▸ Work to be completed
The job is to find each line in the entries holding the string "centre" and copy that line.

▸ Records contained in a dataset

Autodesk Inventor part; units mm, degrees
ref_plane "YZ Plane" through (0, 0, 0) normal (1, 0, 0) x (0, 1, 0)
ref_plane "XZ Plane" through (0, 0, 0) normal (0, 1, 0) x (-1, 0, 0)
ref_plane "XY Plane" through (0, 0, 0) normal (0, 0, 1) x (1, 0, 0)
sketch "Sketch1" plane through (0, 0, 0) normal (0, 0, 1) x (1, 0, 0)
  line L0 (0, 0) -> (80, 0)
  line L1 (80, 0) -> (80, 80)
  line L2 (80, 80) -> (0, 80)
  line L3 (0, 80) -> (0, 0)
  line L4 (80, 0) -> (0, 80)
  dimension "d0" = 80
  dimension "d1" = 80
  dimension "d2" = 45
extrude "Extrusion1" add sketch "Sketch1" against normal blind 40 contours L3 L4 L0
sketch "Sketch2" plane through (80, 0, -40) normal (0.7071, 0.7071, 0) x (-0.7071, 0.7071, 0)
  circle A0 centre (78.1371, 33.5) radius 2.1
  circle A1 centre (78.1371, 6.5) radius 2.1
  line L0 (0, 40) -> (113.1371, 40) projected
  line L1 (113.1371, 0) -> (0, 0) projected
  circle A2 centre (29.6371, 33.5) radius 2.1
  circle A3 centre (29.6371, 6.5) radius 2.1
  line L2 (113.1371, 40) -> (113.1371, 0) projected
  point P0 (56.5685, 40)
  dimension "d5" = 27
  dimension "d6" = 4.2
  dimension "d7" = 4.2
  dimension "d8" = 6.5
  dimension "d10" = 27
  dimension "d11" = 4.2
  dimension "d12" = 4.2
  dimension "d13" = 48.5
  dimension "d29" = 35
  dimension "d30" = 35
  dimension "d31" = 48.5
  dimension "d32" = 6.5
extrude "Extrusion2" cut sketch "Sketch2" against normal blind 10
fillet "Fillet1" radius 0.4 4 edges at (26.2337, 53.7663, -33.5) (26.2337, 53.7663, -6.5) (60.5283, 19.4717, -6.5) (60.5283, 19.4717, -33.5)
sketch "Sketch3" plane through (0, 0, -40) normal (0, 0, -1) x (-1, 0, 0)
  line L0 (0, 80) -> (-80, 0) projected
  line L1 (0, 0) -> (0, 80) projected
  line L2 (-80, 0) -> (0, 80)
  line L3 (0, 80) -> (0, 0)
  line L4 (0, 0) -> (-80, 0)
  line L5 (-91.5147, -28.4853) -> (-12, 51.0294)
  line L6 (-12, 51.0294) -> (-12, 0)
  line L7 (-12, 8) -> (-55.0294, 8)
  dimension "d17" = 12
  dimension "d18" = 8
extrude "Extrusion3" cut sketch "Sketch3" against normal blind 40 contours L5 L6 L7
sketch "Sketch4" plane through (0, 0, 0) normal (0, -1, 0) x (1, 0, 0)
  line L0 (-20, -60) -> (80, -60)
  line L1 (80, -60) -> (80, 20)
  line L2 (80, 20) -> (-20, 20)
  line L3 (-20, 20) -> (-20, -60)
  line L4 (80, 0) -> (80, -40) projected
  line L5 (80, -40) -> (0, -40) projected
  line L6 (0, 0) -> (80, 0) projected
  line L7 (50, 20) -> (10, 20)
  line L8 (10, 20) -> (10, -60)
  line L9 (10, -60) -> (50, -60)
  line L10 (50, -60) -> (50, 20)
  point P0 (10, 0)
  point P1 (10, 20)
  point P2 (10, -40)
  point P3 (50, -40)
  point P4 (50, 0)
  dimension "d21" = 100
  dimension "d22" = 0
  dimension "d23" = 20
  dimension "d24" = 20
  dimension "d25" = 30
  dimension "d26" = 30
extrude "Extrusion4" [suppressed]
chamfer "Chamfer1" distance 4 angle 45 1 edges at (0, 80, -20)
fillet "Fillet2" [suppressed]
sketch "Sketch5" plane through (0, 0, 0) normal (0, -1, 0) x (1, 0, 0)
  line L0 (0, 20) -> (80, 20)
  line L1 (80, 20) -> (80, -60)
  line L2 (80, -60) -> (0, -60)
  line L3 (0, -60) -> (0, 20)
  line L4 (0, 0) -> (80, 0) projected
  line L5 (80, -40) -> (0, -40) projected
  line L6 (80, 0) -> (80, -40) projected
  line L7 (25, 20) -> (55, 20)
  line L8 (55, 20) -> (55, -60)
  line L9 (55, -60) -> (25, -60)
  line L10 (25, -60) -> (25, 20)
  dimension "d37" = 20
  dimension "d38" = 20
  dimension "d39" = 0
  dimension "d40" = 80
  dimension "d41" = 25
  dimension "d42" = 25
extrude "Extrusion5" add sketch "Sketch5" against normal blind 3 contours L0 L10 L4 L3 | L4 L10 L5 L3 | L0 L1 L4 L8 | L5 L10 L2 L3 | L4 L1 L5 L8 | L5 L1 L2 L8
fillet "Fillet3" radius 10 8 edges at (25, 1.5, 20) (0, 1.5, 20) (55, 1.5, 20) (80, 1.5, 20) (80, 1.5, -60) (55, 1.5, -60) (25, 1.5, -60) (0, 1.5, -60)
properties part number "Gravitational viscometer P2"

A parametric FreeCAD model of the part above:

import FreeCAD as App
import Part
import Sketcher
from FreeCAD import Vector
Q = App.Units.Quantity


def edges_at(feature, points):
    """Names of the edges that pass closest to the given points."""
    edges = feature.Shape.Edges
    near = lambda p: min(range(len(edges)), key=lambda i: edges[i].distToShape(Part.Vertex(*p))[0])
    return sorted({f"Edge{near(p) + 1}" for p in points})


def add_polygon(sketch, points):
    """Adds a closed chain of lines whose ends are joined by coincident constraints."""
    first, n = sketch.GeometryCount, len(points)
    for a, b in zip(points, points[1:] + points[:1]):
        sketch.addGeometry(Part.LineSegment(App.Vector(*a, 0), App.Vector(*b, 0)), False)
    for i in range(n):
        sketch.addConstraint(Sketcher.Constraint("Coincident", first + i, 2, first + (i + 1) % n, 1))

doc = App.newDocument("Part")
params = doc.addObject("Spreadsheet::Sheet", "Params")
for row, (alias, value) in enumerate([
    ("sketch1_width", "80 mm"),
    ("pad1_length", "40 mm"),
    ("sketch2_diameter", "4.2 mm"),
    ("pocket1_length", "10 mm"),
    ("fillet_radius", "0.4 mm"),
    ("pocket2_length", "40 mm"),
    ("chamfer_size", "4 mm"),
    ("sketch4_width", "25 mm"),
    ("sketch4_height", "80 mm"),
    ("pad2_length", "3 mm"),
    ("fillet2_radius", "10 mm"),
], start=1):
    params.set(f"A{row}", alias)
    params.set(f"B{row}", "=" + value)
    params.setAlias(f"B{row}", alias)

body = doc.addObject("PartDesign::Body", "Body")

# Sketch on XY plane
sketch1 = body.newObject("Sketcher::SketchObject", "Sketch")
sketch1.AttachmentSupport = (doc.getObject("XY_Plane"), [""])
sketch1.MapMode = "FlatFace"
add_polygon(sketch1, [(0, 80), (0, 0), (80, 0)])  # lines 0-2
sketch1.addConstraint([
    Sketcher.Constraint("Vertical", 0),
    Sketcher.Constraint("Horizontal", 1),
    Sketcher.Constraint("Coincident", 0, 2, -1, 1),
    Sketcher.Constraint("Equal", 1, 0),
    Sketcher.Constraint("DistanceX", 1, 1, 1, 2, Q("80 mm")),
])
sketch1.setExpression("Constraints[7]", "Params.sketch1_width")
pad1 = body.newObject("PartDesign::Pad", "Pad")
pad1.Profile = sketch1
pad1.setExpression("Length", "Params.pad1_length")
pad1.Reversed = True

# Sketch on an angled plane
sketch2 = body.newObject("Sketcher::SketchObject", "Sketch001")
sketch2.Placement = App.Placement(Vector(80, 0, -40), App.Rotation(Vector(-0.707106781, 0.707106781, 0), Vector(0, 0, 0.999999999), Vector(0.707106781, 0.707106781, 0), "ZXY"))
sketch2.addGeometry([
    Part.Circle(Vector(78.1371, 33.5, 0), Vector(0, 0, 1), 2.1),
    Part.Circle(Vector(78.1371, 6.5, 0), Vector(0, 0, 1), 2.1),
    Part.Circle(Vector(29.6371, 33.5, 0), Vector(0, 0, 1), 2.1),
    Part.Circle(Vector(29.6371, 6.5, 0), Vector(0, 0, 1), 2.1),
], False)
sketch2.addConstraint([
    Sketcher.Constraint("Equal", 0, 1),
    Sketcher.Constraint("Equal", 1, 2),
    Sketcher.Constraint("Equal", 2, 3),
    Sketcher.Constraint("Horizontal", 0, 3, 2, 3),
    Sketcher.Constraint("Horizontal", 1, 3, 3, 3),
    Sketcher.Constraint("Vertical", 0, 3, 1, 3),
    Sketcher.Constraint("Vertical", 2, 3, 3, 3),
    Sketcher.Constraint("Diameter", 0, Q("4.2 mm")),
    Sketcher.Constraint("DistanceY", 1, 3, 0, 3, Q("27 mm")),
    Sketcher.Constraint("DistanceY", -1, 1, 1, 3, Q("6.5 mm")),
    Sketcher.Constraint("DistanceX", 2, 3, 0, 3, Q("48.5 mm")),
    Sketcher.Constraint("DistanceX", -1, 1, 0, 3, Q("78.137 mm")),
])
sketch2.setExpression("Constraints[7]", "Params.sketch2_diameter")
pocket1 = body.newObject("PartDesign::Pocket", "Pocket")
pocket1.Profile = sketch2
pocket1.setExpression("Length", "Params.pocket1_length")
doc.recompute()

fillet = body.newObject("PartDesign::Fillet", "Fillet")
fillet.Base = (pocket1, edges_at(pocket1, [
    (26.234, 53.766, -33.5),
    (26.234, 53.766, -6.5),
    (60.528, 19.472, -6.5),
    (60.528, 19.472, -33.5),
]))
fillet.setExpression("Radius", "Params.fillet_radius")

# Sketch on XY plane
sketch3 = body.newObject("Sketcher::SketchObject", "Sketch002")
sketch3.AttachmentSupport = (doc.getObject("XY_Plane"), [""])
sketch3.MapMode = "FlatFace"
sketch3.AttachmentOffset = App.Placement(Vector(0, 0, -40), App.Rotation())
add_polygon(sketch3, [(12, 51.0294), (55.0294, 8), (12, 8)])  # lines 0-2
sketch3.addConstraint([
    Sketcher.Constraint("Horizontal", 1),
    Sketcher.Constraint("Vertical", 2),
    Sketcher.Constraint("Equal", 1, 2),
    Sketcher.Constraint("DistanceY", -1, 1, 0, 2, Q("8 mm")),
    Sketcher.Constraint("DistanceX", -1, 1, 1, 2, Q("12 mm")),
    Sketcher.Constraint("DistanceX", 1, 2, 1, 1, Q("43.0294 mm")),
])
pocket2 = body.newObject("PartDesign::Pocket", "Pocket001")
pocket2.Profile = sketch3
pocket2.setExpression("Length", "Params.pocket2_length")
pocket2.Reversed = True
doc.recompute()

chamfer = body.newObject("PartDesign::Chamfer", "Chamfer")
chamfer.Base = (pocket2, edges_at(pocket2, [(0, 80, -20)]))
chamfer.setExpression("Size", "Params.chamfer_size")

# Sketch on XZ plane
sketch4 = body.newObject("Sketcher::SketchObject", "Sketch003")
sketch4.AttachmentSupport = (doc.getObject("XZ_Plane"), [""])
sketch4.MapMode = "FlatFace"
add_polygon(sketch4, [(25, 20), (0, 20), (0, -60), (25, -60)])  # lines 0-3
add_polygon(sketch4, [(80, 20), (55, 20), (55, -60), (80, -60)])  # lines 4-7
sketch4.addConstraint([
    Sketcher.Constraint("Horizontal", 0),
    Sketcher.Constraint("Vertical", 1),
    Sketcher.Constraint("Horizontal", 2),
    Sketcher.Constraint("Vertical", 3),
    Sketcher.Constraint("Horizontal", 4),
    Sketcher.Constraint("Vertical", 5),
    Sketcher.Constraint("Horizontal", 6),
    Sketcher.Constraint("Vertical", 7),
    Sketcher.Constraint("PointOnObject", 0, 2, -2),
    Sketcher.Constraint("Horizontal", 3, 2, 4, 2),
    Sketcher.Constraint("Horizontal", 2, 2, 5, 2),
    Sketcher.Constraint("Equal", 2, 4),
    Sketcher.Constraint("DistanceX", 0, 2, 0, 1, Q("25 mm")),
    Sketcher.Constraint("DistanceY", 1, 2, 1, 1, Q("80 mm")),
    Sketcher.Constraint("DistanceY", -1, 1, 0, 2, Q("20 mm")),
    Sketcher.Constraint("DistanceX", -1, 1, 6, 2, Q("80 mm")),
])
sketch4.setExpression("Constraints[20]", "Params.sketch4_width")
sketch4.setExpression("Constraints[21]", "Params.sketch4_height")
pad2 = body.newObject("PartDesign::Pad", "Pad001")
pad2.Profile = sketch4
pad2.setExpression("Length", "Params.pad2_length")
pad2.Reversed = True
doc.recompute()

fillet2 = body.newObject("PartDesign::Fillet", "Fillet001")
fillet2.Base = (pad2, edges_at(pad2, [
    (25, 1.5, 20),
    (0, 1.5, 20),
    (55, 1.5, 20),
    (80, 1.5, 20),
    (80, 1.5, -60),
    (55, 1.5, -60),
    (25, 1.5, -60),
    (0, 1.5, -60),
]))
fillet2.setExpression("Radius", "Params.fillet2_radius")

doc.recompute()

▸ Reply
  circle A0 centre (78.1371, 33.5) radius 2.1
  circle A1 centre (78.1371, 6.5) radius 2.1
  circle A2 centre (29.6371, 33.5) radius 2.1
  circle A3 centre (29.6371, 6.5) radius 2.1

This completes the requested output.